У всех военных в этом заведении была обычная для Зоны Канала внешность – точно все перенесли легкое сотрясение мозга. Взгляд коровий и притупленный, видимо – специальная солдатская обработка, после которой у них вырабатывается иммунитет на любые интуитивные контакты, вырезаются телепатические передатчики и приемники. Задашь им вопрос, и они ответят – не дружелюбно, но и не враждебно. Никакого тепла, никакого контакта. Беседы невозможны. Им просто нечего сказать. Сидят, поят шлюх из бара, безжизненно клеятся к ним, девчонки отмахиваются от них, как от мух, они крутят это нытье в музыкальном автомате. Один юноша с прыщавой физиономией все время пытался потрогать девчонку за грудь. Та отталкивала его руку, рука подползала к ней снова, будто наделенная автономной насекомой жизнью.

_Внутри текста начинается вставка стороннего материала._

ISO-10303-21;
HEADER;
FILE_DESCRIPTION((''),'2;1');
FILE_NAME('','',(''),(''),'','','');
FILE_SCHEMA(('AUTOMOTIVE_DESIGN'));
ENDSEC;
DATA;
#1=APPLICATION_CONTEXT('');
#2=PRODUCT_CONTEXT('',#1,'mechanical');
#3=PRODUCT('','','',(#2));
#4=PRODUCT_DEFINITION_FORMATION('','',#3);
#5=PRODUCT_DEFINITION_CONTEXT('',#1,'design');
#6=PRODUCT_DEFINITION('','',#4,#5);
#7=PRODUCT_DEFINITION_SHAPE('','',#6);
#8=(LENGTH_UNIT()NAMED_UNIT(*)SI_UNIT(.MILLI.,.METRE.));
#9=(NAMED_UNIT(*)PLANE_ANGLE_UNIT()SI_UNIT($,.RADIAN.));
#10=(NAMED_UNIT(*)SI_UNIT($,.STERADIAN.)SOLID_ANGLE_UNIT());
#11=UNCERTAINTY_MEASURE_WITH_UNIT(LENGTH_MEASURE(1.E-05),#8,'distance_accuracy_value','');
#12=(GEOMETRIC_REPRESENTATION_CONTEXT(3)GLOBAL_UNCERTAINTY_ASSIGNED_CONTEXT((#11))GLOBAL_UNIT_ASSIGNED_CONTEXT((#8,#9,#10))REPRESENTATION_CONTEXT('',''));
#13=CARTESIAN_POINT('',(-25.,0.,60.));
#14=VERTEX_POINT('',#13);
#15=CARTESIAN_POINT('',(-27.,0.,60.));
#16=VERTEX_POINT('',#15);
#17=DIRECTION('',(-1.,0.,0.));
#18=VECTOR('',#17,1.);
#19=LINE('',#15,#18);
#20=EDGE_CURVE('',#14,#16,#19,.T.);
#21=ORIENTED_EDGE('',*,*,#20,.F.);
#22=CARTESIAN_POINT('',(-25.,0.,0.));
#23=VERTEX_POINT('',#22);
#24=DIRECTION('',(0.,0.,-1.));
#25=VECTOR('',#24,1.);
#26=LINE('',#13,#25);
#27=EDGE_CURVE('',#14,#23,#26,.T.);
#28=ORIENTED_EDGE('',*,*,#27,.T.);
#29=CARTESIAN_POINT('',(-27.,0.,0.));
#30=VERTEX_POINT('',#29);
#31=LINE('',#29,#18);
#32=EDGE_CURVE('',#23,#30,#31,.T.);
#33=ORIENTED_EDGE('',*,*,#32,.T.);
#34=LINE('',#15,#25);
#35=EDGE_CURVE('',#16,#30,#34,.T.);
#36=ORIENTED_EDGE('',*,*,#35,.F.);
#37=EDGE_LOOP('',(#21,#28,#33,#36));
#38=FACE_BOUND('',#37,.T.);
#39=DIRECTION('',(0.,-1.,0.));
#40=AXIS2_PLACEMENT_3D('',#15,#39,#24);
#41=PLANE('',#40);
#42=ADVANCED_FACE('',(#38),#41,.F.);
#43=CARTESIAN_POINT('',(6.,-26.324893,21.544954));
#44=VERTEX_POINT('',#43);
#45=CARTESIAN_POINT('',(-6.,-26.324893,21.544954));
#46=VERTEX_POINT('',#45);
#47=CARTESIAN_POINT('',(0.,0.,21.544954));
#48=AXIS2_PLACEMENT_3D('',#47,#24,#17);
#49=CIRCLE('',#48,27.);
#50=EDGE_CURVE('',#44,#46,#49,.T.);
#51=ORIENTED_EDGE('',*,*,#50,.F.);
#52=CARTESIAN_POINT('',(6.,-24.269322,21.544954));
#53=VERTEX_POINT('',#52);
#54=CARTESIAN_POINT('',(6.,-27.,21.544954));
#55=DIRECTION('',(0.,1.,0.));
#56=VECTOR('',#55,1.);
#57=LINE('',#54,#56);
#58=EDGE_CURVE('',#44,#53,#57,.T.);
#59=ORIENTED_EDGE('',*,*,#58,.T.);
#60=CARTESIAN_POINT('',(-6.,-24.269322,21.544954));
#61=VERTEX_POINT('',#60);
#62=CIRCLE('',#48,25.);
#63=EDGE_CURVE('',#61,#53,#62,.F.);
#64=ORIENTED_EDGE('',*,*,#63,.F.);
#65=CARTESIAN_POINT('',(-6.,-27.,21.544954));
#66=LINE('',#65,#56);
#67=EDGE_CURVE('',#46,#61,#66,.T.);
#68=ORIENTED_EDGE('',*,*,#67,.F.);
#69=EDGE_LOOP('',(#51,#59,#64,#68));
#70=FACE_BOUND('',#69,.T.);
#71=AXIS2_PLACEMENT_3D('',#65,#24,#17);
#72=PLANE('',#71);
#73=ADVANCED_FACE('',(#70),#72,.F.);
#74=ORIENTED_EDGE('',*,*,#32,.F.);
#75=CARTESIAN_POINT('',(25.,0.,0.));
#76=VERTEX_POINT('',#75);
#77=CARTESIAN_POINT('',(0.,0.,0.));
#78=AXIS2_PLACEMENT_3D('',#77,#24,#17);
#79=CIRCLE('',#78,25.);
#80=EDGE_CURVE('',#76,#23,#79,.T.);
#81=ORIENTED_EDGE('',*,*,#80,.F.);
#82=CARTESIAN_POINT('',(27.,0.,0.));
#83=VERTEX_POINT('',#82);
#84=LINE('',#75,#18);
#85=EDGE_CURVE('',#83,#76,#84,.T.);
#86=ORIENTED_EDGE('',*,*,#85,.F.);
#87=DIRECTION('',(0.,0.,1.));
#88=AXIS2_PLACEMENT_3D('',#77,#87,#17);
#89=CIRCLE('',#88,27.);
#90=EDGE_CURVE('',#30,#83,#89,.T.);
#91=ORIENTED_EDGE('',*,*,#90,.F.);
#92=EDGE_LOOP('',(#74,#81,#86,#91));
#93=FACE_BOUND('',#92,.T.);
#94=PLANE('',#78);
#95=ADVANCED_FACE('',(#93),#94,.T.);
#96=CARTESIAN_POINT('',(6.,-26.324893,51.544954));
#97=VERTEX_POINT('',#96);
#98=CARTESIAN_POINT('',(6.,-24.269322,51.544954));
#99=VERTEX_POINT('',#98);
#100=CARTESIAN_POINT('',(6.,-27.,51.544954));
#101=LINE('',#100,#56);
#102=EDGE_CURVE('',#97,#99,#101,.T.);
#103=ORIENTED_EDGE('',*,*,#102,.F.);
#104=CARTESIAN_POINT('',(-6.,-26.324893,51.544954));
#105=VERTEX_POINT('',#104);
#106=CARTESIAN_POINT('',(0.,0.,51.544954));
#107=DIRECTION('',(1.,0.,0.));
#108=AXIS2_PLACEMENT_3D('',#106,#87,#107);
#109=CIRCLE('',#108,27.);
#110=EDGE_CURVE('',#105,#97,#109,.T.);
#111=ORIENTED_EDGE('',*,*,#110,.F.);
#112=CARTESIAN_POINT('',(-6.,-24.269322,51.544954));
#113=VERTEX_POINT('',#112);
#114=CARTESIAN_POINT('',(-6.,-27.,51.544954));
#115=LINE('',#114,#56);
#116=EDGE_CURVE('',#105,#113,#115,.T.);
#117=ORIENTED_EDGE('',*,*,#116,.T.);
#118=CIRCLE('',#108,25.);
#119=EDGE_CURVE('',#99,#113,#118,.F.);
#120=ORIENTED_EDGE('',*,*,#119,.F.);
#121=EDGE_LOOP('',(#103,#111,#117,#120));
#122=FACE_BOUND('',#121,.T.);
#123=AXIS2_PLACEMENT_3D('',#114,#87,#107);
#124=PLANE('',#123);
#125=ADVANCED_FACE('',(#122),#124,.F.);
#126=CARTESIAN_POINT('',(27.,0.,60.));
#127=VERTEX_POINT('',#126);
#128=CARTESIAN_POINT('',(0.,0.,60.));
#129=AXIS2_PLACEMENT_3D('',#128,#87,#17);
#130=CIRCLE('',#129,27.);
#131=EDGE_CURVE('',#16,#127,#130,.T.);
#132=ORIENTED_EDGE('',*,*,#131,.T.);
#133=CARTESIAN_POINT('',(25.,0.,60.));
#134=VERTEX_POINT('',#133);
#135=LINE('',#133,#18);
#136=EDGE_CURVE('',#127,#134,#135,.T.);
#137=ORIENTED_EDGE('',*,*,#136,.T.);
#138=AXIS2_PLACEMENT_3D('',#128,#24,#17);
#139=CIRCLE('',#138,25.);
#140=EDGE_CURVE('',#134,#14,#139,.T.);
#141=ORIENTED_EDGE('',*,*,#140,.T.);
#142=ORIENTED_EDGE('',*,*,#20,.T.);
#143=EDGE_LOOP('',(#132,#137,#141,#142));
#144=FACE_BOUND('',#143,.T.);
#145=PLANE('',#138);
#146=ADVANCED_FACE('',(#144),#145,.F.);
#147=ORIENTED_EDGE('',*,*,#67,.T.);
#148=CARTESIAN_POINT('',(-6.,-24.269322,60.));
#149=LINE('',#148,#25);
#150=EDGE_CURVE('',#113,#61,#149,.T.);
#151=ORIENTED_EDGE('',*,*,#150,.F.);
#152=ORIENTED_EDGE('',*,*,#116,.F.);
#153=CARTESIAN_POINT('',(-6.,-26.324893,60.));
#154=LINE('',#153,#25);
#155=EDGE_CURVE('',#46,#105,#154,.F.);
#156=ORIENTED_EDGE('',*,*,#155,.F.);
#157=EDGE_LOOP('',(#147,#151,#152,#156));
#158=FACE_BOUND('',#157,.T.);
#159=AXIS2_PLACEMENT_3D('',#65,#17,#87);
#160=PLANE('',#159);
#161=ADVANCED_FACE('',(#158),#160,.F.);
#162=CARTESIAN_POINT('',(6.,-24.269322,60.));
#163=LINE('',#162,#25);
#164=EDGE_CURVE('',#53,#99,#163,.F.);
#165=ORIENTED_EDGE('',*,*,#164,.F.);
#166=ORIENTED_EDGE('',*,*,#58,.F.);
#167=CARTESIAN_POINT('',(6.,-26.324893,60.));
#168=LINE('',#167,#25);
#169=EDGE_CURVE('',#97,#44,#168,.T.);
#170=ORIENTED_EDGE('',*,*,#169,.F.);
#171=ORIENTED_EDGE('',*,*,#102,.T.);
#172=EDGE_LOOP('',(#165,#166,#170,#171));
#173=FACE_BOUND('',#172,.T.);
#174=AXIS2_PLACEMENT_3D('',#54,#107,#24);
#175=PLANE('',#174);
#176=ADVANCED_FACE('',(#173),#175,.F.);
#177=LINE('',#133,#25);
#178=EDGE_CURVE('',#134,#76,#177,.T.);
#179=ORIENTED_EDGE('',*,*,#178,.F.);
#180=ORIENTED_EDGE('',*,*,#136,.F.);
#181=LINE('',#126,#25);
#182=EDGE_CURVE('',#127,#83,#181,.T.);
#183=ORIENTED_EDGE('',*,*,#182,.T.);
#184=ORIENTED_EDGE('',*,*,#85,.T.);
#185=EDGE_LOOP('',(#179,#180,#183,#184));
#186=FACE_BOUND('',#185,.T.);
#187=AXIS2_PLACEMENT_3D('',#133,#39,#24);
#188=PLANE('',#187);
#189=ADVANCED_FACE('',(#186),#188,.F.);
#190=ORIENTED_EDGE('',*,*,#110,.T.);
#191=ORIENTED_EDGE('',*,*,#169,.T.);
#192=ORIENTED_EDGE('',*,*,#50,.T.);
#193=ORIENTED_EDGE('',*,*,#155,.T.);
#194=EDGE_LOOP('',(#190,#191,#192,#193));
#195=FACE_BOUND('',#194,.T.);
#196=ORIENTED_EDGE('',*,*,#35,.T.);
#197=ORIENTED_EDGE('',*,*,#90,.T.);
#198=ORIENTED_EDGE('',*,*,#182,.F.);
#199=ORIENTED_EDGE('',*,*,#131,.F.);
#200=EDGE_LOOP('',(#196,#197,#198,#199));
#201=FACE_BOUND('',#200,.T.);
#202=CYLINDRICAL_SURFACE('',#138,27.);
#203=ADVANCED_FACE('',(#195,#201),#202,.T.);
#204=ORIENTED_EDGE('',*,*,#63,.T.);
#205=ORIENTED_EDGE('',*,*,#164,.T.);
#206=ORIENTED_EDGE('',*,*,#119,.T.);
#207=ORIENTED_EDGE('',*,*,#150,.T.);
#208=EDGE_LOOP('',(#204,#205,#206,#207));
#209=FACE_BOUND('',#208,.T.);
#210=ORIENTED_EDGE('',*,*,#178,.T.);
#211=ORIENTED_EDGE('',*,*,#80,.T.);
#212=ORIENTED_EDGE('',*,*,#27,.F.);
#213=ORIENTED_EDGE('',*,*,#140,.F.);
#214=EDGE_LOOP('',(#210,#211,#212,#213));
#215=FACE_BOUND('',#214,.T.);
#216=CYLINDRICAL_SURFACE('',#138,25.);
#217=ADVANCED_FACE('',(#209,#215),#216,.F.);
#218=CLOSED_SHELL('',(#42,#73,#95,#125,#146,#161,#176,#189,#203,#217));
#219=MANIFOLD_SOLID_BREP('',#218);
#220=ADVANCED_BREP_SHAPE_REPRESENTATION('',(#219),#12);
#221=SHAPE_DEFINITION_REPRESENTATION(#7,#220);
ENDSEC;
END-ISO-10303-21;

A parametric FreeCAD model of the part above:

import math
import FreeCAD as App
import Part
import Sketcher
Q = App.Units.Quantity

doc = App.newDocument("Part")
body = doc.addObject("PartDesign::Body", "Body")

# Sketch on XY plane
sketch1 = body.newObject("Sketcher::SketchObject", "Sketch")
sketch1.AttachmentSupport = (doc.getObject("XY_Plane"), [""])
sketch1.MapMode = "FlatFace"
sketch1.addGeometry([
    Part.LineSegment(App.Vector(-25, 0, 0), App.Vector(-27, 0, 0)),
    Part.ArcOfCircle(Part.Circle(App.Vector(0, 0, 0), App.Vector(0, 0, 1), 27), math.radians(180), math.radians(360)),
    Part.LineSegment(App.Vector(27, 0, 0), App.Vector(25, 0, 0)),
    Part.ArcOfCircle(Part.Circle(App.Vector(0, 0, 0), App.Vector(0, 0, 1), 25), math.radians(180), math.radians(360)),
], False)
sketch1.addConstraint([
    Sketcher.Constraint("Coincident", 0, 2, 1, 1),
    Sketcher.Constraint("Coincident", 1, 2, 2, 1),
    Sketcher.Constraint("Coincident", 2, 2, 3, 2),
    Sketcher.Constraint("Coincident", 3, 1, 0, 1),
    Sketcher.Constraint("Horizontal", 0),
    Sketcher.Constraint("Horizontal", 2),
    Sketcher.Constraint("Coincident", 1, 3, -1, 1),
    Sketcher.Constraint("Coincident", 3, 3, -1, 1),
    Sketcher.Constraint("PointOnObject", 0, 2, -1),
    Sketcher.Constraint("PointOnObject", 1, 2, -1),
    Sketcher.Constraint("Radius", 1, Q("27 mm")),
    Sketcher.Constraint("Radius", 3, Q("25 mm")),
])
pad1 = body.newObject("PartDesign::Pad", "Pad")
pad1.Profile = sketch1
pad1.Length = 60

# Sketch on XZ plane
sketch2 = body.newObject("Sketcher::SketchObject", "Sketch001")
sketch2.AttachmentSupport = (doc.getObject("XZ_Plane"), [""])
sketch2.MapMode = "FlatFace"
sketch2.addGeometry([
    Part.LineSegment(App.Vector(-6, 22, 0), App.Vector(-6, 52, 0)),
    Part.LineSegment(App.Vector(-6, 52, 0), App.Vector(6, 52, 0)),
    Part.LineSegment(App.Vector(6, 52, 0), App.Vector(6, 22, 0)),
    Part.LineSegment(App.Vector(6, 22, 0), App.Vector(-6, 22, 0)),
], False)
sketch2.addConstraint([
    Sketcher.Constraint("Coincident", 0, 2, 1, 1),
    Sketcher.Constraint("Coincident", 1, 2, 2, 1),
    Sketcher.Constraint("Coincident", 2, 2, 3, 1),
    Sketcher.Constraint("Coincident", 3, 2, 0, 1),
    Sketcher.Constraint("Vertical", 0),
    Sketcher.Constraint("Horizontal", 1),
    Sketcher.Constraint("Vertical", 2),
    Sketcher.Constraint("Horizontal", 3),
    Sketcher.Constraint("DistanceX", 1, 1, 1, 2, Q("12 mm")),
    Sketcher.Constraint("DistanceY", 0, 1, 0, 2, Q("30 mm")),
    Sketcher.Constraint("DistanceX", 0, 2, -1, 1, Q("6 mm")),
    Sketcher.Constraint("DistanceY", -1, 1, 0, 2, Q("51.544954 mm")),
])
pocket1 = body.newObject("PartDesign::Pocket", "Pocket")
pocket1.Profile = sketch2
pocket1.Type = "ThroughAll"
pocket1.Reversed = True

doc.recompute()
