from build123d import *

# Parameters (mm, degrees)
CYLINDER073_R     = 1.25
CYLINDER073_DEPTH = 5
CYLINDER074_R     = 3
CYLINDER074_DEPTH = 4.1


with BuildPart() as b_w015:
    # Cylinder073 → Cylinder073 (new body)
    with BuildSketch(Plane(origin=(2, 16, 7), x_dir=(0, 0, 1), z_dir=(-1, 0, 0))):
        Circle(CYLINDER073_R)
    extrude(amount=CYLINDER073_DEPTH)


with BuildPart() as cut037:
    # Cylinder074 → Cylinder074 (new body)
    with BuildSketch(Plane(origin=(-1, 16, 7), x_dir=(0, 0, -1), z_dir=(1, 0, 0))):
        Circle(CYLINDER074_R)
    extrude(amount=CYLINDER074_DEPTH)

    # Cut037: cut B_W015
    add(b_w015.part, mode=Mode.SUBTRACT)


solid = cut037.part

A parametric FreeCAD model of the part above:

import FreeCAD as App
import Part
import Sketcher
from FreeCAD import Vector

doc = App.newDocument("Part")
body = doc.addObject("PartDesign::Body", "Body")

sketch1 = body.newObject("Sketcher::SketchObject", "Sketch")
sketch1.AttachmentSupport = (doc.getObject("YZ_Plane"), [""])
sketch1.MapMode = "FlatFace"
sketch1.AttachmentOffset = App.Placement(Vector(0, 0, 2), App.Rotation())
sketch1.addGeometry(Part.Circle(Vector(16, 7, 0), Vector(0, 0, 1), 1.25), False)
sketch1.addConstraint([
    Sketcher.Constraint("Diameter", 0, 2.5),
    Sketcher.Constraint("DistanceX", -1, 1, 0, 3, 16.0),
    Sketcher.Constraint("DistanceY", -1, 1, 0, 3, 7.0),
])
pad1 = body.newObject("PartDesign::Pad", "Pad")
pad1.Profile = sketch1
pad1.Length = 5
pad1.Reversed = True
body2 = doc.addObject("PartDesign::Body", "Body001")

sketch2 = body2.newObject("Sketcher::SketchObject", "Sketch001")
sketch2.AttachmentSupport = (doc.getObject("YZ_Plane001"), [""])
sketch2.MapMode = "FlatFace"
sketch2.AttachmentOffset = App.Placement(Vector(0, 0, -1), App.Rotation())
sketch2.addGeometry(Part.Circle(Vector(16, 7, 0), Vector(0, 0, 1), 3), False)
sketch2.addConstraint([
    Sketcher.Constraint("Diameter", 0, 6.0),
    Sketcher.Constraint("DistanceX", -1, 1, 0, 3, 16.0),
    Sketcher.Constraint("DistanceY", -1, 1, 0, 3, 7.0),
])
pad2 = body2.newObject("PartDesign::Pad", "Pad001")
pad2.Profile = sketch2
pad2.Length = 4.1
doc.recompute()

boolean = body2.newObject("PartDesign::Boolean", "Boolean")
boolean.Type = "Cut"
boolean.addObjects([body])

doc.recompute()
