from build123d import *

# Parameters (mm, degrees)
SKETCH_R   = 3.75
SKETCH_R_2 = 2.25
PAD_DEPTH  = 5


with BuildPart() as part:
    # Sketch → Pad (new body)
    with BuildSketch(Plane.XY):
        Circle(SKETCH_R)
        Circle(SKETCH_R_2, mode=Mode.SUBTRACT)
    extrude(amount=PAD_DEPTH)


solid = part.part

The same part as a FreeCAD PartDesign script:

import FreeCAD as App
import Part
import Sketcher
from FreeCAD import Vector
Q = App.Units.Quantity

doc = App.newDocument("Part")
params = doc.addObject("Spreadsheet::Sheet", "Params")
for row, (alias, value) in enumerate([
    ("sketch1_diameter", "7.5 mm"),
    ("sketch1_diameter2", "4.5 mm"),
    ("pad1_length", "5 mm"),
], start=1):
    params.set(f"A{row}", alias)
    params.set(f"B{row}", "=" + value)
    params.setAlias(f"B{row}", alias)

body = doc.addObject("PartDesign::Body", "Body")

# Sketch on XY plane
sketch1 = body.newObject("Sketcher::SketchObject", "Sketch")
sketch1.AttachmentSupport = (doc.getObject("XY_Plane"), [""])
sketch1.MapMode = "FlatFace"
sketch1.addGeometry([
    Part.Circle(Vector(0, 0, 0), Vector(0, 0, 1), 3.8),
    Part.Circle(Vector(0, 0, 0), Vector(0, 0, 1), 2.2),
], False)
sketch1.addConstraint([
    Sketcher.Constraint("Coincident", 0, 3, -1, 1),
    Sketcher.Constraint("Coincident", 1, 3, -1, 1),
    Sketcher.Constraint("Diameter", 0, Q("7.5 mm")),
    Sketcher.Constraint("Diameter", 1, Q("4.5 mm")),
])
sketch1.setExpression("Constraints[2]", "Params.sketch1_diameter")
sketch1.setExpression("Constraints[3]", "Params.sketch1_diameter2")
pad1 = body.newObject("PartDesign::Pad", "Pad")
pad1.Profile = sketch1
pad1.setExpression("Length", "Params.pad1_length")

doc.recompute()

Со мной рядом села одна из таких девчонок, и я предложил ее угостить. Она неожиданно заказала хороший скотч. "Панама, как же я ненавижу твои лживые кишки", – думал я. У девчонки был крохотный птичий мозг и отличный английский, как в Штатах, точно с учебной пластинки. Глупые люди могут быстро и легко обучиться языку, потому в голове у них не происходит больше ничего, язык нечему выталкивать.
Ей захотелось выпить еще.
– Нет, – ответил я.
– Почему ты такой гадкий?
– Послушай, – сказал я, – если у меня закончатся деньги, кто будет покупать мне выпивку? Ты?
Она удивилась, потом медленно произнесла:
– Да. Ты прав. Извини меня.
Я вышел на главную улицу. За рукав меня схватил сутенер:
– У меня есть четырнадцатилетняя девочка, Джек. Пуэрториканка. Как насчет?
– Ей уже под сорок, – ответил я. – Мне нужна шестилетняя девственница, и без всего этого говна: мол, запечатаем, пока вы ждете. Не всучивай мне своих четырнадцатилетних старух. – Я оставил его стоять с открытым ртом.
Я зашел в лавку прицениться к местным шляпам. Молодой человек за прилавком при виде меня запел: "Заводишь друзей – теряешь деньги".
"Сволочь-латинос сейчас начнет меня разводить", – решил я.
Он показал мне какие-то шляпы по два доллара.
– Пятнадцать, – сказал он.
– Твои цены – явно из ряда вон, – сообщил я ему и повернулся к выходу. Он бежал за мной по улице:
– Минуточку, мистер. – Я шел дальше.
В ту ночь мне приснился постоянно повторяющийся кошмар: я вернулся в Мехико и разговариваю с Артом Гонзалесом, бывшим соседом Аллертона по квартире. Спрашиваю, где Аллертон, и он отвечает: "В Агуа-Диенте". Это где-то к югу от Мехико, и я начинаю узнавать, как туда добраться автобусом. Мне много раз снилось, как я возвращаюсь в Мехико, беседую с Артом или лучшим другом Аллертона Джонни Уайтом и спрашиваю, где он.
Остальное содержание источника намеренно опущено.